L'Echo de la Fabrique : 7 juillet 1833 - Numéro 27

Tribunal de Commerce.

Mardi dernier, une cause importante pour la classe ouvrière, celle du sieur Berger contre la faillite Colin, a été appelée au tribunal de commerce et renvoyée au 16 de ce mois.

Les lecteurs se souviennent que Berger fit assigner le sieur Colin pour l’audience du 18 avril dernier (Voyez l’Echo, n° 16, pag. 127, Conseil des prud’hommes), en paiement du montant de ses façons ; Colin soutint n’avoir refusé de l’argent à Berger que par suite du refus de ce dernier de rendre les cartons, et s’engagea à payer à leur réception. – Berger répondit en déclarant n’avoir retenu les cartons qu’après avoir essuyé plusieurs refus de paiement, et pour obtenir plus vite ce qui lui était dû, il offrait encore de remettre ces cartons au greffe jusqu’à ce qu’il reçût son argent. – Mais le conseil, ou pour mieux dire le sieur Goujon, sans consulter ses collègues, ordonna à Berger de rendre les cartons.
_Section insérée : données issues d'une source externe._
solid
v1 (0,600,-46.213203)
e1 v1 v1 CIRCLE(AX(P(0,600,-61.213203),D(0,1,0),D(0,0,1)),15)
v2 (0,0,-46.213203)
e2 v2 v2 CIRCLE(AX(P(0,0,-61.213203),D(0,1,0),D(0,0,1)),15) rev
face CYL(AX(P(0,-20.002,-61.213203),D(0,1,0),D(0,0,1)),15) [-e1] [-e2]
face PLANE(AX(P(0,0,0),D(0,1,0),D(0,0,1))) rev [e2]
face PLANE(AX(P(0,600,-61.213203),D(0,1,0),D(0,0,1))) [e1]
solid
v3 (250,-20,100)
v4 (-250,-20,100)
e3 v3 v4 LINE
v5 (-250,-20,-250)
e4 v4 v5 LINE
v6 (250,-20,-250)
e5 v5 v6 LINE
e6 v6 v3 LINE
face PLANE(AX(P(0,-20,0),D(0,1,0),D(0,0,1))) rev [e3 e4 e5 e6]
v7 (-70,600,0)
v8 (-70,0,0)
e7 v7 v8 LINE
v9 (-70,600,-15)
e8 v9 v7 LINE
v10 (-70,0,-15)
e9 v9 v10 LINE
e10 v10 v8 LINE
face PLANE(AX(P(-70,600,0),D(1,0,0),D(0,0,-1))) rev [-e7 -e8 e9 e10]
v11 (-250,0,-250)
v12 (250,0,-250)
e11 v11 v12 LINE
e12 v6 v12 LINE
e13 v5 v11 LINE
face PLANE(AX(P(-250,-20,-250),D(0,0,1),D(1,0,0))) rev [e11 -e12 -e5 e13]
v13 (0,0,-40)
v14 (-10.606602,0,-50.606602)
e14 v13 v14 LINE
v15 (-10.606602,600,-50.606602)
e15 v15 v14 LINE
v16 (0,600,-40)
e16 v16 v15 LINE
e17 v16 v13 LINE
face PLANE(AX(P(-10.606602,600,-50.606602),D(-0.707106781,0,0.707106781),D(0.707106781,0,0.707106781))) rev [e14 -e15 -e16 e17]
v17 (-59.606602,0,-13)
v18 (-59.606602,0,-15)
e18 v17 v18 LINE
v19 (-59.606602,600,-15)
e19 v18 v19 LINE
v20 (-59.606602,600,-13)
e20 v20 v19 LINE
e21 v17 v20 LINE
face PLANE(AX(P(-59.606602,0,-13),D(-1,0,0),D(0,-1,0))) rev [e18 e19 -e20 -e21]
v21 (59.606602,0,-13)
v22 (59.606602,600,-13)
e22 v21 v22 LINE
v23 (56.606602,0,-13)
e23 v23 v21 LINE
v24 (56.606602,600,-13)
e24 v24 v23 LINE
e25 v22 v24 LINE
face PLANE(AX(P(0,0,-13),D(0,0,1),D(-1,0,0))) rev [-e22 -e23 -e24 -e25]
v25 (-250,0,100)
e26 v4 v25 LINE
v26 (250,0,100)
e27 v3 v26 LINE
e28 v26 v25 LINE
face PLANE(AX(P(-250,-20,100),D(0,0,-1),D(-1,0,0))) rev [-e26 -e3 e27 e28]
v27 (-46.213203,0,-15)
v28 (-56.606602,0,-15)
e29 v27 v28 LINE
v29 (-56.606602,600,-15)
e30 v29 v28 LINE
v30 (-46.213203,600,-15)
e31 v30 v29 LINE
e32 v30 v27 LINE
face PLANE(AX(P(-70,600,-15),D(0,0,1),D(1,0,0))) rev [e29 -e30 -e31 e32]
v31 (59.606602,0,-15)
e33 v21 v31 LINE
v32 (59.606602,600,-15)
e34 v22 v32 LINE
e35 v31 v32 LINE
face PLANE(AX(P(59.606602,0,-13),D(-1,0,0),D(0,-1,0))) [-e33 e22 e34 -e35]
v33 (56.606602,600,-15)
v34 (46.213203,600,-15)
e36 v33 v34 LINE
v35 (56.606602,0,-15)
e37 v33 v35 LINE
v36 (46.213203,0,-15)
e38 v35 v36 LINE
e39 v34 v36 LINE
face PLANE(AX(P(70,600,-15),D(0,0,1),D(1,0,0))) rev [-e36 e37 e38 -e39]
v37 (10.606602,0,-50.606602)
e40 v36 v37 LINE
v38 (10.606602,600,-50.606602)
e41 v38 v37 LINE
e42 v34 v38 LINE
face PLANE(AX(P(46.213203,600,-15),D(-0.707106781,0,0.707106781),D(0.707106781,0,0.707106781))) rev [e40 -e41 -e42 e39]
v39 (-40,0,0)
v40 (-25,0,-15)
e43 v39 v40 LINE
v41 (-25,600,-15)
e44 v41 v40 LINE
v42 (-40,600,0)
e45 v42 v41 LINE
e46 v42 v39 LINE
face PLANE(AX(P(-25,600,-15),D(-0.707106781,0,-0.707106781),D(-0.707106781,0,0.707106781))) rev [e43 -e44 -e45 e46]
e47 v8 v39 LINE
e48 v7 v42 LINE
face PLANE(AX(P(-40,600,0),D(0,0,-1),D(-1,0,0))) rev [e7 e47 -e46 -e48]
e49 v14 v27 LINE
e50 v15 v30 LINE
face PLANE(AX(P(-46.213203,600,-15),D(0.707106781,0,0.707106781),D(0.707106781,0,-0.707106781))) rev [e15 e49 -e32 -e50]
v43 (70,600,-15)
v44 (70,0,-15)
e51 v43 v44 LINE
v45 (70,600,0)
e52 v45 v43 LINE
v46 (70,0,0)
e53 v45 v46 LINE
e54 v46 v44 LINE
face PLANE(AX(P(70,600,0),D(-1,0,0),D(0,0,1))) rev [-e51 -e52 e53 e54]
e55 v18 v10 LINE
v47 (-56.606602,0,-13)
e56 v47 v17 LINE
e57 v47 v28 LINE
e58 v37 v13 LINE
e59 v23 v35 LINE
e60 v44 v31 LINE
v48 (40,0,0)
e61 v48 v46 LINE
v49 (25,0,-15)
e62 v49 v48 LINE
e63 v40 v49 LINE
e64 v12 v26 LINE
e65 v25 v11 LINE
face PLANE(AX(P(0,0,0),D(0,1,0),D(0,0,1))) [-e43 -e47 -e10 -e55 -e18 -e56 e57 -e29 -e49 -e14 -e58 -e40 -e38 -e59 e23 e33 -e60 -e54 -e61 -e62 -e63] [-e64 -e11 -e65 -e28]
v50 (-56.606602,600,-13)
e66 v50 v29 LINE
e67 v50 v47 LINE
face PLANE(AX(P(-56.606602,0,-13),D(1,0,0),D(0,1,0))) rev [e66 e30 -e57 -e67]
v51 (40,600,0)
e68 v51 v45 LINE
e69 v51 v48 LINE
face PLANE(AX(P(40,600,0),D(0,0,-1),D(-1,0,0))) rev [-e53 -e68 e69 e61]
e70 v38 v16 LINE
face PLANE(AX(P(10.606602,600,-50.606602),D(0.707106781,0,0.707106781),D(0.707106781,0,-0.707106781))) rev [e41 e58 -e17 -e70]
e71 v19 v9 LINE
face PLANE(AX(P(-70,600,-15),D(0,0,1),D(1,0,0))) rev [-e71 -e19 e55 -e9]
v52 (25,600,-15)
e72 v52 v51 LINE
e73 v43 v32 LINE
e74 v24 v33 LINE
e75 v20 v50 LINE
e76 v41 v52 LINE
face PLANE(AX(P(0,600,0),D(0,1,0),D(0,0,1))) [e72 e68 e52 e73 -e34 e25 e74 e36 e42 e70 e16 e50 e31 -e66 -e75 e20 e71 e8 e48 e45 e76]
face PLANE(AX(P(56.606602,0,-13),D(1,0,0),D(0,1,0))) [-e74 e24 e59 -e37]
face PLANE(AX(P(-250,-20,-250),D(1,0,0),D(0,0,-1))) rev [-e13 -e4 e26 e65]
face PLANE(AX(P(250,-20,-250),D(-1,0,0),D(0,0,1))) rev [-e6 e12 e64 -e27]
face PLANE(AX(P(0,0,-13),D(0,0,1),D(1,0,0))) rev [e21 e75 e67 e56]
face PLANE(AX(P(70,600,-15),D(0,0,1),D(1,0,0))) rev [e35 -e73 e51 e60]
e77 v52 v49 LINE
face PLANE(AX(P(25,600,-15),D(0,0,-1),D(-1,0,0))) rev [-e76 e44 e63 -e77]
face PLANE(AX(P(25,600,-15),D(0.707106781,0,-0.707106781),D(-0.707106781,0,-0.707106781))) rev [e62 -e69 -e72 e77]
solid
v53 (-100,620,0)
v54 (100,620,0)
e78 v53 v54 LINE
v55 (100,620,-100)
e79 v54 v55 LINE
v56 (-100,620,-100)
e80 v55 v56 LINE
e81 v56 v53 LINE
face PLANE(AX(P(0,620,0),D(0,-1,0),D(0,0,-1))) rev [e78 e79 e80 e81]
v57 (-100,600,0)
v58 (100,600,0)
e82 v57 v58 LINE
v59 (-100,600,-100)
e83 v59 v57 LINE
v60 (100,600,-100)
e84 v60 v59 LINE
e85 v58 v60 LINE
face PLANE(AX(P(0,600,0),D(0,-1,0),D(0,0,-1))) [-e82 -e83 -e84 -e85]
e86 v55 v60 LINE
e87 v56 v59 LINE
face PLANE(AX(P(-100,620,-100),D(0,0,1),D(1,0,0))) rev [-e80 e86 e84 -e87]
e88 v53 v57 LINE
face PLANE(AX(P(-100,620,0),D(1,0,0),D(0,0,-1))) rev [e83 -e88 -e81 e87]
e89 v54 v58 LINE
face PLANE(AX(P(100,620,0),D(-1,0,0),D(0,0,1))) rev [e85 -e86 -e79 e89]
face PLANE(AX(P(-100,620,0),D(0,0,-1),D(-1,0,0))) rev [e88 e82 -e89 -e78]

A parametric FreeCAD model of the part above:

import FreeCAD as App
import Part
import Sketcher

V = App.Vector


def add_polygon(sketch, points):
    """Adds a closed chain of lines whose ends are joined by coincident constraints."""
    first, n = sketch.GeometryCount, len(points)
    for a, b in zip(points, points[1:] + points[:1]):
        sketch.addGeometry(Part.LineSegment(App.Vector(*a, 0), App.Vector(*b, 0)), False)
    for i in range(n):
        sketch.addConstraint(Sketcher.Constraint("Coincident", first + i, 2, first + (i + 1) % n, 1))

doc = App.newDocument("Part")
body = doc.addObject("PartDesign::Body", "Body")

# Sketch on XZ plane
sketch1 = body.newObject("Sketcher::SketchObject", "Sketch")
sketch1.AttachmentSupport = (doc.getObject("XZ_Plane"), [""])
sketch1.MapMode = "FlatFace"
add_polygon(sketch1, [(-25, -15), (25, -15), (40, 0), (70, 0), (70, -15), (46, -15), (11, -51), (0, -40), (-11, -51), (-46, -15), (-70, -15), (-70, 0), (-40, 0)])  # lines 0-12
sketch1.addConstraint(Sketcher.Constraint("Horizontal", 0))
sketch1.addConstraint(Sketcher.Constraint("Horizontal", 2))
sketch1.addConstraint(Sketcher.Constraint("Vertical", 3))
sketch1.addConstraint(Sketcher.Constraint("Horizontal", 4))
sketch1.addConstraint(Sketcher.Constraint("Horizontal", 9))
sketch1.addConstraint(Sketcher.Constraint("Vertical", 10))
sketch1.addConstraint(Sketcher.Constraint("Horizontal", 11))
sketch1.addConstraint(Sketcher.Constraint("Symmetric", 2, 2, 10, 2, -1, 1))
sketch1.addConstraint(Sketcher.Constraint("Symmetric", 5, 2, 7, 2, -2))
sketch1.addConstraint(Sketcher.Constraint("Symmetric", 4, 2, 8, 2, -2))
sketch1.addConstraint(Sketcher.Constraint("Symmetric", 1, 2, 11, 2, -2))
sketch1.addConstraint(Sketcher.Constraint("PointOnObject", 6, 2, -2))
sketch1.addConstraint(Sketcher.Constraint("Parallel", 1, 5))
sketch1.addConstraint(Sketcher.Constraint("Perpendicular", 5, 6))
sketch1.addConstraint(Sketcher.Constraint("Perpendicular", 6, 7))
sketch1.addConstraint(Sketcher.Constraint("Parallel", 8, 12))
sketch1.addConstraint(Sketcher.Constraint("Horizontal", 0, 2, 3, 2))
sketch1.addConstraint(Sketcher.Constraint("DistanceX", 0, 1, 0, 2, 50.0))
sketch1.addConstraint(Sketcher.Constraint("DistanceX", 2, 1, 2, 2, 30.0))
sketch1.addConstraint(Sketcher.Constraint("DistanceY", 3, 2, 3, 1, 15.0))
sketch1.addConstraint(Sketcher.Constraint("Distance", 6, 15.0))
sketch1.addConstraint(Sketcher.Constraint("DistanceY", 6, 2, -1, 1, 40.0))
pad1 = body.newObject("PartDesign::Pad", "Pad")
pad1.Profile = sketch1
pad1.Length = 600
pad1.Reversed = True

# Sketch on XZ plane
sketch2 = body.newObject("Sketcher::SketchObject", "Sketch001")
sketch2.AttachmentSupport = (doc.getObject("XZ_Plane"), [""])
sketch2.MapMode = "FlatFace"
add_polygon(sketch2, [(-250, 100), (-250, -250), (250, -250), (250, 100)])  # lines 0-3
sketch2.addConstraint(Sketcher.Constraint("Vertical", 0))
sketch2.addConstraint(Sketcher.Constraint("Horizontal", 1))
sketch2.addConstraint(Sketcher.Constraint("Vertical", 2))
sketch2.addConstraint(Sketcher.Constraint("Horizontal", 3))
sketch2.addConstraint(Sketcher.Constraint("DistanceX", 1, 1, 1, 2, 500.0))
sketch2.addConstraint(Sketcher.Constraint("DistanceY", 0, 2, 0, 1, 350.0))
sketch2.addConstraint(Sketcher.Constraint("DistanceX", 0, 2, -1, 1, 250.0))
sketch2.addConstraint(Sketcher.Constraint("DistanceY", 0, 2, -1, 1, 250.0))
pad2 = body.newObject("PartDesign::Pad", "Pad001")
pad2.Profile = sketch2
pad2.Length = 20

# Sketch on XY plane
sketch3 = body.newObject("Sketcher::SketchObject", "Sketch002")
sketch3.AttachmentSupport = (doc.getObject("XY_Plane"), [""])
sketch3.MapMode = "FlatFace"
sketch3.AttachmentOffset = App.Placement(V(0, 0, -15), App.Rotation())
add_polygon(sketch3, [(-56.6, 600), (-56.6, 0), (-59.6, 0), (-59.6, 600)])  # lines 0-3
sketch3.addConstraint(Sketcher.Constraint("Vertical", 0))
sketch3.addConstraint(Sketcher.Constraint("Horizontal", 1))
sketch3.addConstraint(Sketcher.Constraint("Vertical", 2))
sketch3.addConstraint(Sketcher.Constraint("Horizontal", 3))
sketch3.addConstraint(Sketcher.Constraint("PointOnObject", 0, 2, -1))
sketch3.addConstraint(Sketcher.Constraint("DistanceX", 1, 2, 1, 1, 3.0))
sketch3.addConstraint(Sketcher.Constraint("DistanceY", 0, 2, 0, 1, 600.0))
sketch3.addConstraint(Sketcher.Constraint("DistanceX", 0, 2, -1, 1, 56.606602))
pocket1 = body.newObject("PartDesign::Pocket", "Pocket")
pocket1.Profile = sketch3
pocket1.Length = 2
pocket1.Reversed = True
doc.recompute()

mirrored = body.newObject("PartDesign::Mirrored", "Mirrored")
mirrored.Originals = [pocket1]
mirrored.MirrorPlane = (doc.getObject("YZ_Plane"), [""])
body.Tip = mirrored
body2 = doc.addObject("PartDesign::Body", "Body001")

# Sketch on XZ plane
sketch4 = body2.newObject("Sketcher::SketchObject", "Sketch003")
sketch4.AttachmentSupport = (doc.getObject("XZ_Plane001"), [""])
sketch4.MapMode = "FlatFace"
sketch4.AttachmentOffset = App.Placement(V(0, 0, -600), App.Rotation())
sketch4.addGeometry(Part.Circle(V(0, -61, 0), V(0, 0, 1), 15), False)
sketch4.addConstraint(Sketcher.Constraint("PointOnObject", 0, 3, -2))
sketch4.addConstraint(Sketcher.Constraint("Diameter", 0, 30.0))
sketch4.addConstraint(Sketcher.Constraint("DistanceY", 0, 3, -1, 1, 61.213203))
pad3 = body2.newObject("PartDesign::Pad", "Pad002")
pad3.Profile = sketch4
pad3.Length = 600
body3 = doc.addObject("PartDesign::Body", "Body002")

# Sketch on XZ plane
sketch5 = body3.newObject("Sketcher::SketchObject", "Sketch004")
sketch5.AttachmentSupport = (doc.getObject("XZ_Plane002"), [""])
sketch5.MapMode = "FlatFace"
sketch5.AttachmentOffset = App.Placement(V(0, 0, -600), App.Rotation())
add_polygon(sketch5, [(-100, -100), (-100, 0), (100, 0), (100, -100)])  # lines 0-3
sketch5.addConstraint(Sketcher.Constraint("Vertical", 0))
sketch5.addConstraint(Sketcher.Constraint("Horizontal", 1))
sketch5.addConstraint(Sketcher.Constraint("Vertical", 2))
sketch5.addConstraint(Sketcher.Constraint("Horizontal", 3))
sketch5.addConstraint(Sketcher.Constraint("Symmetric", 0, 2, 1, 2, -1, 1))
sketch5.addConstraint(Sketcher.Constraint("DistanceX", 1, 1, 1, 2, 200.0))
sketch5.addConstraint(Sketcher.Constraint("DistanceY", 0, 1, 0, 2, 100.0))
pad4 = body3.newObject("PartDesign::Pad", "Pad003")
pad4.Profile = sketch5
pad4.Length = 20
pad4.Reversed = True

doc.recompute()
Nous fîmes observer alors combien ce jugement était peu raisonnable. Nous avons reproduit cette observation dans un article inséré dans un de nos derniers numéros (V. l’Echo, n° 24, p. 194), c’est pourquoi nous n’y reviendrons pas.

Qu’est-il arrivé ? ce que nous avions prévu. Berger, obligé de rendre ce qui lui servait de gage, n’a pas été payé ; il est parvenu seulement, à grand’peine, à recevoir un à-compte. Le délai qu’il avait été forcé d’accorder venait d’échoir, lorsque la maison Colin, sentant sa prochaine déconfiture, eut la pudeur de ne pas vouloir profiter davantage du bénéfice d’un jugement rendu, nous l’avons su depuis, dans l’ignorance du droit rigoureux des ouvriers, ignorance qui ne nous surprend pas de la part d’un homme qui a ressuscité au conseil des prud’hommes la doctrine de Fouquier-Tinville d’odieuse mémoire, sur le droit sacré de la défense. La maison Colin rendit donc à Berger le gage de sa créance, afin qu’il pût, le cas échéant, exercer utilement son privilége. Ce chef d’atelier se croyait à l’abri de toute recherche, lorsqu’une assignation au tribunal de commerce, donnée à la requête de MM. Clément Reyre, négociant, prud’homme démissionnaire, Dumont et Benjamin Roland, syndics de la faillite, est venue troubler sa sécurité. Nous devons espérer que le tribunal lui donnera gain de cause et réparera par-là [5.1]l’erreur du conseil des prud’hommes. Me Dubié, avocat, est chargé de la défense de Berger.

Nous avons remarqué, avec plaisir, que Me Augier, avocat, a plaidé au commencement de la grande audience pour un sieur D...., sans être revêtu de la robe distinctive de sa profession. Nous signalons ce fait comme une amélioration. Tous les citoyens sont égaux ; que signifient dès lors ces costumes dont s’affublent certaines corporations privilégiées. Depuis Molière les médecins n’en portent plus. Il est bien temps que le barreau suive cet exemple. Nous félicitons Me Augier de l’avoir donné à ses confrères. Ceux-ci auront sans doute le bon esprit de le suivre, au moins au tribunal de commerce où aucune prescription légale ne vient enchaîner leur libre arbitre.